Берзалов сразу же уловил их нервозный запах. В каждом из них он отличался всего лишь степенью этой нервозности. Сильнее всех «благоухал» Егоров, к его обычно спокойному запаху роз примешивался резкий, почти отталкивающий запах скипидара. Несомненно, что его душа вошла в противоречие с приказом, привезенным из штаба бригады подполковником Степановым, который тоже нервничал.
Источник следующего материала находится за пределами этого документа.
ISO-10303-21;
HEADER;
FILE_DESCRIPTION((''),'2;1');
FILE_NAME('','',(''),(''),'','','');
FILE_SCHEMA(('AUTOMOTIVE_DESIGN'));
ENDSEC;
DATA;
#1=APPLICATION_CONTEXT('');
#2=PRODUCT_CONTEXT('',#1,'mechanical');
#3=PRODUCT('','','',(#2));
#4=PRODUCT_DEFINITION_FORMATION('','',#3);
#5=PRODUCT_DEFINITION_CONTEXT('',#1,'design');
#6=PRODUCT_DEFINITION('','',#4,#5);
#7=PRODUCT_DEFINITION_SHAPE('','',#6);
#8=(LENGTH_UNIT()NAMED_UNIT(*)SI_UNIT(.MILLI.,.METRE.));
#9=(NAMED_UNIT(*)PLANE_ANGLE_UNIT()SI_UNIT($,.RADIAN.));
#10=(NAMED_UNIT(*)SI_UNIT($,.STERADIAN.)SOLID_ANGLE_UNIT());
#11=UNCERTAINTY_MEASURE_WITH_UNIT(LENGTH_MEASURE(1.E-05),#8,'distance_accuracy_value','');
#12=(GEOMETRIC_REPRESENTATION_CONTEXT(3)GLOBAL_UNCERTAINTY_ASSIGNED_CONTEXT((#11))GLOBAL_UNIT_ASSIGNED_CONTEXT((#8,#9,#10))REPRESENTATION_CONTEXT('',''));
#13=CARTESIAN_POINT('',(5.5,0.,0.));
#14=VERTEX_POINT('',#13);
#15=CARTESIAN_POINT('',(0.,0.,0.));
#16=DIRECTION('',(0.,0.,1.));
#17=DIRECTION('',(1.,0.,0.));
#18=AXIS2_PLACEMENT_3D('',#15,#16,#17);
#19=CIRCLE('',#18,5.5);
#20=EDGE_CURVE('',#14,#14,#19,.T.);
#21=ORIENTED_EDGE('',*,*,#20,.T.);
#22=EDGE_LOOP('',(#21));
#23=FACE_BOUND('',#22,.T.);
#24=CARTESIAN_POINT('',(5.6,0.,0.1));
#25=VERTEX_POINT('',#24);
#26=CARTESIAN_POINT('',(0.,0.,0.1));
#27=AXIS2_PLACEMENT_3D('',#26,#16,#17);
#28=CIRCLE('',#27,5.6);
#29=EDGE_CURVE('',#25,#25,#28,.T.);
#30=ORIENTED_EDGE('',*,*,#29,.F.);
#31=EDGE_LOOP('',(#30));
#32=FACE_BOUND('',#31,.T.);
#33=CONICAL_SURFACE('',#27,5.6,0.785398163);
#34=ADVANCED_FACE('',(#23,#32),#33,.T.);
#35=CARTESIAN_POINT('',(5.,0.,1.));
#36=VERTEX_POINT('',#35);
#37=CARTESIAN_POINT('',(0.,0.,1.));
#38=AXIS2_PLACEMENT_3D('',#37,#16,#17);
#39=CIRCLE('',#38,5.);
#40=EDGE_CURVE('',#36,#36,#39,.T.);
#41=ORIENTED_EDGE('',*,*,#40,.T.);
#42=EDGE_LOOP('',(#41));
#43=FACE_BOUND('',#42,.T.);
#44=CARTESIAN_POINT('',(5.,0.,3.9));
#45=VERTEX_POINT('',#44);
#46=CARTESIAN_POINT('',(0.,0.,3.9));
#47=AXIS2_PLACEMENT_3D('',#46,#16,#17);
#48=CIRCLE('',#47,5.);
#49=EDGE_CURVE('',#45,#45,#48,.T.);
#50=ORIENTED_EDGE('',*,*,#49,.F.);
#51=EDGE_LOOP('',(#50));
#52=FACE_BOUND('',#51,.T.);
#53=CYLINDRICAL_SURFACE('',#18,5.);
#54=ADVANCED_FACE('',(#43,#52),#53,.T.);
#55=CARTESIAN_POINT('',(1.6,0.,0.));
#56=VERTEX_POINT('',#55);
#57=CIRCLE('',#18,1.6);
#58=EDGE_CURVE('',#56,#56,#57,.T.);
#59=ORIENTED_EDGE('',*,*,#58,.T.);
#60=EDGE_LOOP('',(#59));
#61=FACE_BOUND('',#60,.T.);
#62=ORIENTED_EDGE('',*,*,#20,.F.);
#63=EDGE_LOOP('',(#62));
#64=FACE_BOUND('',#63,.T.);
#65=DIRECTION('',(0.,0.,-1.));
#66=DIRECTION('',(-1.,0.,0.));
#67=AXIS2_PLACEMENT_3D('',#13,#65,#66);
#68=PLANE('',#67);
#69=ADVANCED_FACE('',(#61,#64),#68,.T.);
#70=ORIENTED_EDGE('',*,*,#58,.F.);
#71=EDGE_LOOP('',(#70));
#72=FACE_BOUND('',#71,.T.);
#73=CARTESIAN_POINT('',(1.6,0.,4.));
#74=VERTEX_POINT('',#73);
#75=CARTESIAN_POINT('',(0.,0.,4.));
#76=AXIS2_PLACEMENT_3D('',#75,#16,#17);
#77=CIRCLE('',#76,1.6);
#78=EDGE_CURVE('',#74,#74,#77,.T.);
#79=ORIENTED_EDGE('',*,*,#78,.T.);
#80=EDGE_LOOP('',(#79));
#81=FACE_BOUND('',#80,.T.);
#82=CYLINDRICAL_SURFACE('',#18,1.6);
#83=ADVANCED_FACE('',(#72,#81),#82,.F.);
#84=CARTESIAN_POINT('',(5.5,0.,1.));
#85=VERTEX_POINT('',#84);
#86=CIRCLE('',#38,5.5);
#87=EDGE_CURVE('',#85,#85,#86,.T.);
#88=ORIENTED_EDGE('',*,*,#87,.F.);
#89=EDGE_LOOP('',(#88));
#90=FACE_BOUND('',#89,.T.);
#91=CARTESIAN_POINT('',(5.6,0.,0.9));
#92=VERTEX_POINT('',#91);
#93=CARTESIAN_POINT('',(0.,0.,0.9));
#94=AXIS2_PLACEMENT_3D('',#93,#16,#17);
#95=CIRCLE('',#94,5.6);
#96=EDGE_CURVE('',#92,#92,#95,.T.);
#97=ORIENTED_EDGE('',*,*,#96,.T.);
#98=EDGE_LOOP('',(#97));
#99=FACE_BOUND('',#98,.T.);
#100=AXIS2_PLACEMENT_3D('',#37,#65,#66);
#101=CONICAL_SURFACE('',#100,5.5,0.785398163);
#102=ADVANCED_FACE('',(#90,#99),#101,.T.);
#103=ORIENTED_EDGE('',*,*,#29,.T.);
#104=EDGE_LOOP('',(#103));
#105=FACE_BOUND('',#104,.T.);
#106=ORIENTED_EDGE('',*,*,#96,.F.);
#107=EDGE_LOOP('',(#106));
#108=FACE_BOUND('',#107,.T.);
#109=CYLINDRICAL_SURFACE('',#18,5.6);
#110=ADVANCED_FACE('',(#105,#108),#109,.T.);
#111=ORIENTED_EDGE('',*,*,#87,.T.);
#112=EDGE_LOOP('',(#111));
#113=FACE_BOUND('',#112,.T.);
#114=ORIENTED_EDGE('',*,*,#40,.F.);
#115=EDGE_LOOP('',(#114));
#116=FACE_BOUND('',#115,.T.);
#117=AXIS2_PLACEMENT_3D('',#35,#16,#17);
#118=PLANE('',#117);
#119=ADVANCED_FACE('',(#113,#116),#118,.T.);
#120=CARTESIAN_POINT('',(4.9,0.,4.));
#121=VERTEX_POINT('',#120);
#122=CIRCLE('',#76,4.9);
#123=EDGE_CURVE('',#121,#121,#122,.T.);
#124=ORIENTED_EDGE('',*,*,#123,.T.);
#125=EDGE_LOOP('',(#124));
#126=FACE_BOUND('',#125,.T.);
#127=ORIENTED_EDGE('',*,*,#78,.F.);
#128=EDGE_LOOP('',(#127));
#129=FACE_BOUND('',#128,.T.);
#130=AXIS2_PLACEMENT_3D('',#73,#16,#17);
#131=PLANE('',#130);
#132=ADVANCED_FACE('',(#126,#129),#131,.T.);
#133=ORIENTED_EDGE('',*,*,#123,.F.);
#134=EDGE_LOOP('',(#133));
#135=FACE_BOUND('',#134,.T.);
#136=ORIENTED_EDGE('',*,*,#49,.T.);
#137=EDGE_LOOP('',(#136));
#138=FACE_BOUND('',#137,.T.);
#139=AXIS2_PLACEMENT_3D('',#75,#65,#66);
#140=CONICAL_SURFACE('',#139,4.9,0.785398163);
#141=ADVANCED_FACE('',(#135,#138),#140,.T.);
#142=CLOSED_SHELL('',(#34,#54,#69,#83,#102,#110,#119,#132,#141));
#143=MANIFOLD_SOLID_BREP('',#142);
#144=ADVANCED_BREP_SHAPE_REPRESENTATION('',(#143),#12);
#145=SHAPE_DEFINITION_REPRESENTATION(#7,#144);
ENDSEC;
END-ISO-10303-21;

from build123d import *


with BuildPart() as part:
    # Croquis1 → Revolución1 (revolve)
    with BuildSketch(Plane(origin=(0, 0, 0), x_dir=(1, 0, 0), z_dir=(0, 1, 0))):
        Polygon((5, -3.9), (5, -1), (5.5, -1), (5.6, -0.9), (5.6, -0.1), (5.5, 0), (1.6, 0), (1.6, -4), (4.9, -4), align=None)
    revolve(axis=Axis((0, 0, 0), (0, 0, 1)))


solid = part.part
Но не из‑за тревоги за жизнь старшего лейтенанта Берзалова, а из‑за того, что ему здорово намылил голову никто иной, как командир бригады Турбаевский, и теперь почему‑то карьера подполковника целиком и полностью зависела от него — старшего лейтенанта Берзалова. Однако, естественно, подполковник Степанов об этом ничего не сообщал, поэтому его запах был с хитринкой, чуть приторный, правда, не такой, как у Бура, мягче, не бурный, а стойкий.
Кто из них троих пах меньше всего — так это майор Якушев, который, будучи ни рыбой и не мясом, всю ответственность с лёгким сердцем перекладывал на Егорова. И какой бы приказ ни привёз подполковник Степанов, он согласился бы с любым, даже если бы в нём говорилось, что во имя победы надо положить всю бригаду. Посему пахло от него очень романтически — библиотечной пылью и… клопами… — мелкими, бурыми, кровавыми.
— Лейтенант, подойдите к столу, — попросил подполковник Степанов.
Берзалов сделал два шага вперёд и увидел, что на столе, наряду с другими картами, лежит та самая, которую он сегодня утром отправил в штаб бригады. Должно быть, она и стала той, последней каплей, которая переполнила чашу под названием судьба, а точнее, та самая, которая, должно быть, уточнила общую картину, творящуюся в головах начальника штаба бригады и генерал — лейтенанта Турбаевского.
— Основная твоя задача, — сказал подполковник Степанов, — разведка и ещё раз разведка. Самая настоящая глубокая разведка. У нас нет никаких данных в южном направлении. Вернее, они конечно, есть, но надо проверять и ещё раз проверять, а потом уже….
Берзалов очень удивился. Он полагал, что уж южное‑то направление как раз разведано лучше всего, потому что, считай, под боком, каких‑нибудь полторы тысячи километров, если мерить до самого Азовского моря. По военным меркам это совсем ничего. Но если это утверждает главный «оператор» штаба бригады, то так тому и быть, потому что «оператор» — это тот человек, который занимается анализом оперативной обстановки.
— А что именно? — спросил он настороженно и по тому, как кисло поморщился Егоров, понял, что спрашивать не стоило, что они сами сомневаются в достоверности сведений, но даже этой малостью делиться не хотят, по каким‑то своим соображениям.